O desejo de ter filhos é um marco importante na vida de muitas pessoas, mas, para quem convive com uma Doença Inflamatória Intestinal (DII), como a Doença de Crohn ou a Retocolite Ulcerativa, esse sonho costuma vir acompanhado de muitas dúvidas e receios. Como consequência, a pergunta que mais ouço no consultório é: “Dra., minha doença vai impedir de ser mãe?”.
A resposta curta e encorajadora é: na grande maioria dos casos, não. No entanto, existem alguns pontos fundamentais sobre como a inflamação e os tratamentos podem influenciar essa jornada, e entender isso é o primeiro passo para uma gestação segura.
A fertilidade feminina e o papel da remissão
Para as mulheres, a boa notícia é que, quando a doença está em fase de remissão, ou seja, controlada e sem sintomas ativos, a capacidade de engravidar é praticamente a mesma de uma mulher que não tem DII. O grande desafio surge quando a doença está ativa.
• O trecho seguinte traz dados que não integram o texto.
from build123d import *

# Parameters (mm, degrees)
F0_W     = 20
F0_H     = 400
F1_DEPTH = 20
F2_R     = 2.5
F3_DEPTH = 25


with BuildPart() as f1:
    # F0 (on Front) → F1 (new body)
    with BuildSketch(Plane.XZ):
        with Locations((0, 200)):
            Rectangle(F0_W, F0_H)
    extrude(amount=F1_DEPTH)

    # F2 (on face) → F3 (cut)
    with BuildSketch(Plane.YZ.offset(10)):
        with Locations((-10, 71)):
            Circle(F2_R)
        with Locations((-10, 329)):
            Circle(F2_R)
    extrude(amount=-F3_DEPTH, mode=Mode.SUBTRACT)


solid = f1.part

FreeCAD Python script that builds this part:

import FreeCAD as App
import Part
import Sketcher
Q = App.Units.Quantity

doc = App.newDocument("Part")
body = doc.addObject("PartDesign::Body", "Body")

sketch1 = body.newObject("Sketcher::SketchObject", "Sketch")
sketch1.AttachmentSupport = (doc.getObject("XZ_Plane"), [""])
sketch1.MapMode = "FlatFace"
sketch1.addGeometry([
    Part.LineSegment(App.Vector(-10, 400, 0), App.Vector(-10, 0, 0)),
    Part.LineSegment(App.Vector(-10, 0, 0), App.Vector(10, 0, 0)),
    Part.LineSegment(App.Vector(10, 0, 0), App.Vector(10, 400, 0)),
    Part.LineSegment(App.Vector(10, 400, 0), App.Vector(-10, 400, 0)),
], False)
sketch1.addConstraint([
    Sketcher.Constraint("Coincident", 0, 2, 1, 1),
    Sketcher.Constraint("Coincident", 1, 2, 2, 1),
    Sketcher.Constraint("Coincident", 2, 2, 3, 1),
    Sketcher.Constraint("Coincident", 3, 2, 0, 1),
    Sketcher.Constraint("Vertical", 0),
    Sketcher.Constraint("Horizontal", 1),
    Sketcher.Constraint("Vertical", 2),
    Sketcher.Constraint("Horizontal", 3),
    Sketcher.Constraint("Symmetric", 0, 2, 1, 2, -1, 1),
    Sketcher.Constraint("DistanceX", 1, 1, 1, 2, Q("20 mm")),
    Sketcher.Constraint("DistanceY", 0, 2, 0, 1, Q("400 mm")),
])
pad1 = body.newObject("PartDesign::Pad", "Pad")
pad1.Profile = sketch1
pad1.Length = 20

sketch2 = body.newObject("Sketcher::SketchObject", "Sketch001")
sketch2.AttachmentSupport = (doc.getObject("YZ_Plane"), [""])
sketch2.MapMode = "FlatFace"
sketch2.AttachmentOffset = App.Placement(App.Vector(0, 0, 10), App.Rotation())
sketch2.addGeometry([
    Part.Circle(App.Vector(-10, 71, 0), App.Vector(0, 0, 1), 2.5),
    Part.Circle(App.Vector(-10, 329, 0), App.Vector(0, 0, 1), 2.5),
], False)
sketch2.addConstraint([
    Sketcher.Constraint("Equal", 0, 1),
    Sketcher.Constraint("Vertical", 0, 3, 1, 3),
    Sketcher.Constraint("Diameter", 0, Q("5 mm")),
    Sketcher.Constraint("DistanceX", 0, 3, -1, 1, Q("10 mm")),
    Sketcher.Constraint("DistanceY", -1, 1, 0, 3, Q("71 mm")),
    Sketcher.Constraint("DistanceY", -1, 1, 1, 3, Q("329 mm")),
])
pocket1 = body.newObject("PartDesign::Pocket", "Pocket")
pocket1.Profile = sketch2
pocket1.Length = 25

doc.recompute()
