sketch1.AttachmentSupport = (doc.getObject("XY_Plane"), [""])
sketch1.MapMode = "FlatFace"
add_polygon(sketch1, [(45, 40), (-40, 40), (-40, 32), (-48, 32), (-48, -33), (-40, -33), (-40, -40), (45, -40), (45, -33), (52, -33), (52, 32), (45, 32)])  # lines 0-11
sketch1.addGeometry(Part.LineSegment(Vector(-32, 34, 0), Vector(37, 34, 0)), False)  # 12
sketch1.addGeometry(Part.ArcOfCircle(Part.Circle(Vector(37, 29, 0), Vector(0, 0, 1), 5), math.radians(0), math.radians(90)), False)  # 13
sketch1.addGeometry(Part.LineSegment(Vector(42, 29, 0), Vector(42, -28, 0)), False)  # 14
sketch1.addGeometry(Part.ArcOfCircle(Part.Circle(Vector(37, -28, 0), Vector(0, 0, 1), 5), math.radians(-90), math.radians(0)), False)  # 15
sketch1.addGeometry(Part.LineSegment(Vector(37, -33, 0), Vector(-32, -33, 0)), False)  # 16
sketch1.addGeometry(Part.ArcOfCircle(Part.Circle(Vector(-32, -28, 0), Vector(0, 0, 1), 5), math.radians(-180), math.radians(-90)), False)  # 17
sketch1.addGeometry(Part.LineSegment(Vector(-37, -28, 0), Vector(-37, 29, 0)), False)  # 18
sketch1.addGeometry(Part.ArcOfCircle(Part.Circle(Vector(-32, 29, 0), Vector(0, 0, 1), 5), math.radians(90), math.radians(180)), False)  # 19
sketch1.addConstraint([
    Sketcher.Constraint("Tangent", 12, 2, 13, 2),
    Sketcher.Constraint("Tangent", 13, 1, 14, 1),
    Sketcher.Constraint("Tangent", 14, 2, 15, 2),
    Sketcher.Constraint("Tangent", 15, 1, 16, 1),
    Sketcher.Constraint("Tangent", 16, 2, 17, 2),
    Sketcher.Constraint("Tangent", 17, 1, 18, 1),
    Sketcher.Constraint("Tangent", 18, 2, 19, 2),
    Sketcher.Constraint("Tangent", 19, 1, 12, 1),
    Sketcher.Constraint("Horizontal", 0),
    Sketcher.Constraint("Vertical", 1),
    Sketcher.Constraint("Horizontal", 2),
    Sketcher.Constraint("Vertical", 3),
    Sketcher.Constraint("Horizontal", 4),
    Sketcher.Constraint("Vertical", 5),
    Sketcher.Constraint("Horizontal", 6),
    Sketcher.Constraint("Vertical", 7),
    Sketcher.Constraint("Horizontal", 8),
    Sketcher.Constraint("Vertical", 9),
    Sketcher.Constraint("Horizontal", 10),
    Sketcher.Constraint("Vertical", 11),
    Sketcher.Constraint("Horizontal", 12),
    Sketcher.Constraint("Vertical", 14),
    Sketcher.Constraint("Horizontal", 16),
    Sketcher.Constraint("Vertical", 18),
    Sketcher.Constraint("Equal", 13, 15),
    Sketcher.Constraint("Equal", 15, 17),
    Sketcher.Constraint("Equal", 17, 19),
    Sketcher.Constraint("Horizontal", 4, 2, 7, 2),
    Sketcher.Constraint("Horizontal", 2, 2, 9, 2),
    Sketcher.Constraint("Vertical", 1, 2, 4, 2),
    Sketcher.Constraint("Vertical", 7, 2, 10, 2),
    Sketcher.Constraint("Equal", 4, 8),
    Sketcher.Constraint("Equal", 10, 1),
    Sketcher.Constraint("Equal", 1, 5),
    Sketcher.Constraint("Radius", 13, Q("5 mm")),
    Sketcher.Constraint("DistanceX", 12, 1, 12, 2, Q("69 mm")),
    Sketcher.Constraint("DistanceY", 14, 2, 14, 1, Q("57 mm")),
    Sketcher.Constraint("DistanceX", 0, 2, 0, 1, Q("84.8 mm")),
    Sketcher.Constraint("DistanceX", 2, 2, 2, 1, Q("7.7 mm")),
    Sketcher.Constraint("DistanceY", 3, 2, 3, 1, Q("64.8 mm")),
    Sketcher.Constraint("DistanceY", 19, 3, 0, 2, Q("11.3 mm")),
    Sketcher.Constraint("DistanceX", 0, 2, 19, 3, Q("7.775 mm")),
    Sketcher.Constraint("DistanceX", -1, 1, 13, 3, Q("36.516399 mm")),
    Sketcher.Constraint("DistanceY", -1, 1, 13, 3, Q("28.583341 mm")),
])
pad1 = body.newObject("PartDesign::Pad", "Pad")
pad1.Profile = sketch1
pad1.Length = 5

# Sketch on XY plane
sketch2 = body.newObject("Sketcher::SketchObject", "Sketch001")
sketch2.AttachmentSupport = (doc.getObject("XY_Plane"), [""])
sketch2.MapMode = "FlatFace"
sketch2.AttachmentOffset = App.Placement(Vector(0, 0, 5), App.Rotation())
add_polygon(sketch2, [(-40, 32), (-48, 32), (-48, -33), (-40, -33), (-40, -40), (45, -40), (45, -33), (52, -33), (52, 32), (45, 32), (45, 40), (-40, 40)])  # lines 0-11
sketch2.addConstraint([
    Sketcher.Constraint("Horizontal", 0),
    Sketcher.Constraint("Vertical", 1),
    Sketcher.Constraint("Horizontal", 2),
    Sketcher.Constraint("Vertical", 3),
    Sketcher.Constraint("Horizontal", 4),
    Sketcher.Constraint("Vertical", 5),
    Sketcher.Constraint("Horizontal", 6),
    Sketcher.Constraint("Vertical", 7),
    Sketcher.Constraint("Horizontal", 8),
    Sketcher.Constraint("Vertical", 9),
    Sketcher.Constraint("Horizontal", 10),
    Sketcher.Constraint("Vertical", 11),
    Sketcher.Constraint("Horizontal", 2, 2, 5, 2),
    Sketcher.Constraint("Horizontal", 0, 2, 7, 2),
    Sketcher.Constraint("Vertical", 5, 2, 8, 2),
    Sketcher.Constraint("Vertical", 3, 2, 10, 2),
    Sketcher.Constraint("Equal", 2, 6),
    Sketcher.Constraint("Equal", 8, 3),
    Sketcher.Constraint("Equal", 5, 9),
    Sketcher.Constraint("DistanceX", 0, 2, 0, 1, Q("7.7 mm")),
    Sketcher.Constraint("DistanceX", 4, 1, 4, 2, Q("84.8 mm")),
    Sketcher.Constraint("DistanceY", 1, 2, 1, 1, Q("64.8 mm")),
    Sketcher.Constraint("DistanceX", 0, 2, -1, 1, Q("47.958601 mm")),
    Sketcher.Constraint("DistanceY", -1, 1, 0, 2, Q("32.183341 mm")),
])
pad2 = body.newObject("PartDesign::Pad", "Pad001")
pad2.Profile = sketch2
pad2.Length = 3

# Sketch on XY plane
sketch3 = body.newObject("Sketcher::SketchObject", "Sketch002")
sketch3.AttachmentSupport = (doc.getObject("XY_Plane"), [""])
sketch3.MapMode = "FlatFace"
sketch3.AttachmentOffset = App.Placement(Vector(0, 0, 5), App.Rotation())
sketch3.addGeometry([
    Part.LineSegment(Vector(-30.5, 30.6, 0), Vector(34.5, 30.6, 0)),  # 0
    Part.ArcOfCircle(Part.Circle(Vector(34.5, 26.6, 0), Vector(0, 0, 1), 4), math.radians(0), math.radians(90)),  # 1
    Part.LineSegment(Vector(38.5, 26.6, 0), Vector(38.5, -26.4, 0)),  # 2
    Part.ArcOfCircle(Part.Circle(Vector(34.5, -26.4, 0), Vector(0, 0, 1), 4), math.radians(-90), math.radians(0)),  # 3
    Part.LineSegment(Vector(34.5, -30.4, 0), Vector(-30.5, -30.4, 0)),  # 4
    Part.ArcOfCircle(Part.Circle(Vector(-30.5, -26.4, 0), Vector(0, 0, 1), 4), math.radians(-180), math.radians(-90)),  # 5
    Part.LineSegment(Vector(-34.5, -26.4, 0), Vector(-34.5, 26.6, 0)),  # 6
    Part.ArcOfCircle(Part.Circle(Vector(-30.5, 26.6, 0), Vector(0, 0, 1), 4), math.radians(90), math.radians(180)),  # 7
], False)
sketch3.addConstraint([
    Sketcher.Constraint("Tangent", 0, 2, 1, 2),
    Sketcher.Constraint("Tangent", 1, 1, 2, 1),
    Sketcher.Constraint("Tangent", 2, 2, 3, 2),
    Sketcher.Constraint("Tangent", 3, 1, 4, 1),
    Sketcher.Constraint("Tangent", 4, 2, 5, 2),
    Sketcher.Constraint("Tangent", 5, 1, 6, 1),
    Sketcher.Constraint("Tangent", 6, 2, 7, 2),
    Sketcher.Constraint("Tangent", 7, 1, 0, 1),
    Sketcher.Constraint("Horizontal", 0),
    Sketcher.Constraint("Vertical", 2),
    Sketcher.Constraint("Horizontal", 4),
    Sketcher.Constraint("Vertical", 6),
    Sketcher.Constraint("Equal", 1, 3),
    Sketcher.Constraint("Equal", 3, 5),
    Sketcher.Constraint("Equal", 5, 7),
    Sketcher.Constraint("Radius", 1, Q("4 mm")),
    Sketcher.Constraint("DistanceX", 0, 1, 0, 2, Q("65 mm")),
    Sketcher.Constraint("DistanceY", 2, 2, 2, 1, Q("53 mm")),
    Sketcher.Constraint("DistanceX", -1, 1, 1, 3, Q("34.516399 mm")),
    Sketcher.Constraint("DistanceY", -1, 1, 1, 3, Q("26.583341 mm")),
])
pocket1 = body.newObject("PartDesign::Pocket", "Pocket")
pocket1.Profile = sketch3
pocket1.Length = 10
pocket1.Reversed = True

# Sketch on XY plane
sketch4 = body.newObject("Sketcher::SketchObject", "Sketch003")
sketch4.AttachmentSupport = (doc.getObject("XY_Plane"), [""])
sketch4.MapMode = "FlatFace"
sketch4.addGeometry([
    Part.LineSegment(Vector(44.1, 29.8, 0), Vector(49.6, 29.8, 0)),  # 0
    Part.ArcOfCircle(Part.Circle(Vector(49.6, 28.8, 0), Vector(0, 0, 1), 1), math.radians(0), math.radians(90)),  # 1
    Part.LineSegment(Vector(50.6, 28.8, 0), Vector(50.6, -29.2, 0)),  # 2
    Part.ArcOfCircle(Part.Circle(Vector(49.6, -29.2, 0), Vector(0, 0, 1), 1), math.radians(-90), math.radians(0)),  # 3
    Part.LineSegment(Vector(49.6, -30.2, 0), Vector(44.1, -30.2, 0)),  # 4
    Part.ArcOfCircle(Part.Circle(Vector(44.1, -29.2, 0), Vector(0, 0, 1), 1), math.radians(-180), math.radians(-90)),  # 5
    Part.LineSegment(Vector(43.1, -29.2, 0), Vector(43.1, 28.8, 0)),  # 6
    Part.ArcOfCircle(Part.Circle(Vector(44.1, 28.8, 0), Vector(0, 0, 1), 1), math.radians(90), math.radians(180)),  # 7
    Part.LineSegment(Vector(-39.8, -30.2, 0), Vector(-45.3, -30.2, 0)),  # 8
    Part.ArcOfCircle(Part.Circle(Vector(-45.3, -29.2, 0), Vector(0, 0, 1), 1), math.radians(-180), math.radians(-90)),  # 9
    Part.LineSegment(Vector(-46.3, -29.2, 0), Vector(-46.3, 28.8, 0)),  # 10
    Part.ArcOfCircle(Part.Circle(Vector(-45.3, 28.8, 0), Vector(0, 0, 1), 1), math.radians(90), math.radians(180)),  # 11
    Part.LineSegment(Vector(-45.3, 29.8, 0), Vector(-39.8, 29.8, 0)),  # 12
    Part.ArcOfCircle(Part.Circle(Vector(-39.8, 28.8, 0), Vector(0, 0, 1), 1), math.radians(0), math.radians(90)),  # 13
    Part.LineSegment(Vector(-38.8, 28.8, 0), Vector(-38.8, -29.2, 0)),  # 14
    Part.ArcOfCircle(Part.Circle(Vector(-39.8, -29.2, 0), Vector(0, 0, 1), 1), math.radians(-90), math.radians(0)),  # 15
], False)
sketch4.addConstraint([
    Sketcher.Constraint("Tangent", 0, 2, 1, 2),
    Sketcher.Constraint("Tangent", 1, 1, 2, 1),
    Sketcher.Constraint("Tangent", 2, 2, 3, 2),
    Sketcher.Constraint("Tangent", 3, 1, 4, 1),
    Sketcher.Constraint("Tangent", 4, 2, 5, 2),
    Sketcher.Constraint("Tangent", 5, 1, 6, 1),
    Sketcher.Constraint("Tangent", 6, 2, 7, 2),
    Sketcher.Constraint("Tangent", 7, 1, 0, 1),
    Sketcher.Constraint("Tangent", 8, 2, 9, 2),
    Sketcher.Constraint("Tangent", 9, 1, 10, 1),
A inflamação sistêmica e intestinal pode desregular o ciclo hormonal e afetar a receptividade do útero, tornando a concepção mais difícil naquele momento.
Além disso, algumas cirurgias pélvicas prévias, especialmente em casos de Retocolite que exigiram a remoção do cólon e a criação de uma bolsa ileal, podem gerar aderências (cicatrizes internas) que dificultam o encontro do óvulo com o espermatozoide. Por isso, conversar com o seu coloproctologista sobre seus planos de maternidade antes de qualquer procedimento é essencial para avaliarmos as melhores técnicas.
E quanto aos homens?
Para os futuros pais, o cenário também é positivo. A Doença de Crohn ou a Retocolite, por si só, raramente afetam a fertilidade masculina de forma permanente. O ponto de atenção aqui são algumas medicações específicas, como a sulfassalazina, que pode reduzir temporariamente a contagem e a mobilidade dos espermatozoides. A boa notícia é que esse efeito é totalmente reversível após a troca da medicação, o que reforça a importância de um planejamento conjunto com a equipe médica meses antes de tentar a concepção.
O “pulo do gato”: planejamento é a palavra de ordem
O segredo para uma história de sucesso na fertilidade e na gravidez com DII resume-se a uma estratégia: engravidar na remissão. Estudos mostram que, quando a gestação começa com a doença controlada, as chances de complicações são mínimas e muito próximas às de uma gestação comum.
Muitos pacientes cometem o erro de suspender a medicação por conta própria ao decidirem engravidar, o que pode causar uma crise grave e colocar em risco tanto a fertilidade quanto a saúde do bebê. Hoje, a maioria dos tratamentos modernos (incluindo os biológicos) é segura e fundamental para manter a mãe saudável durante todo o processo.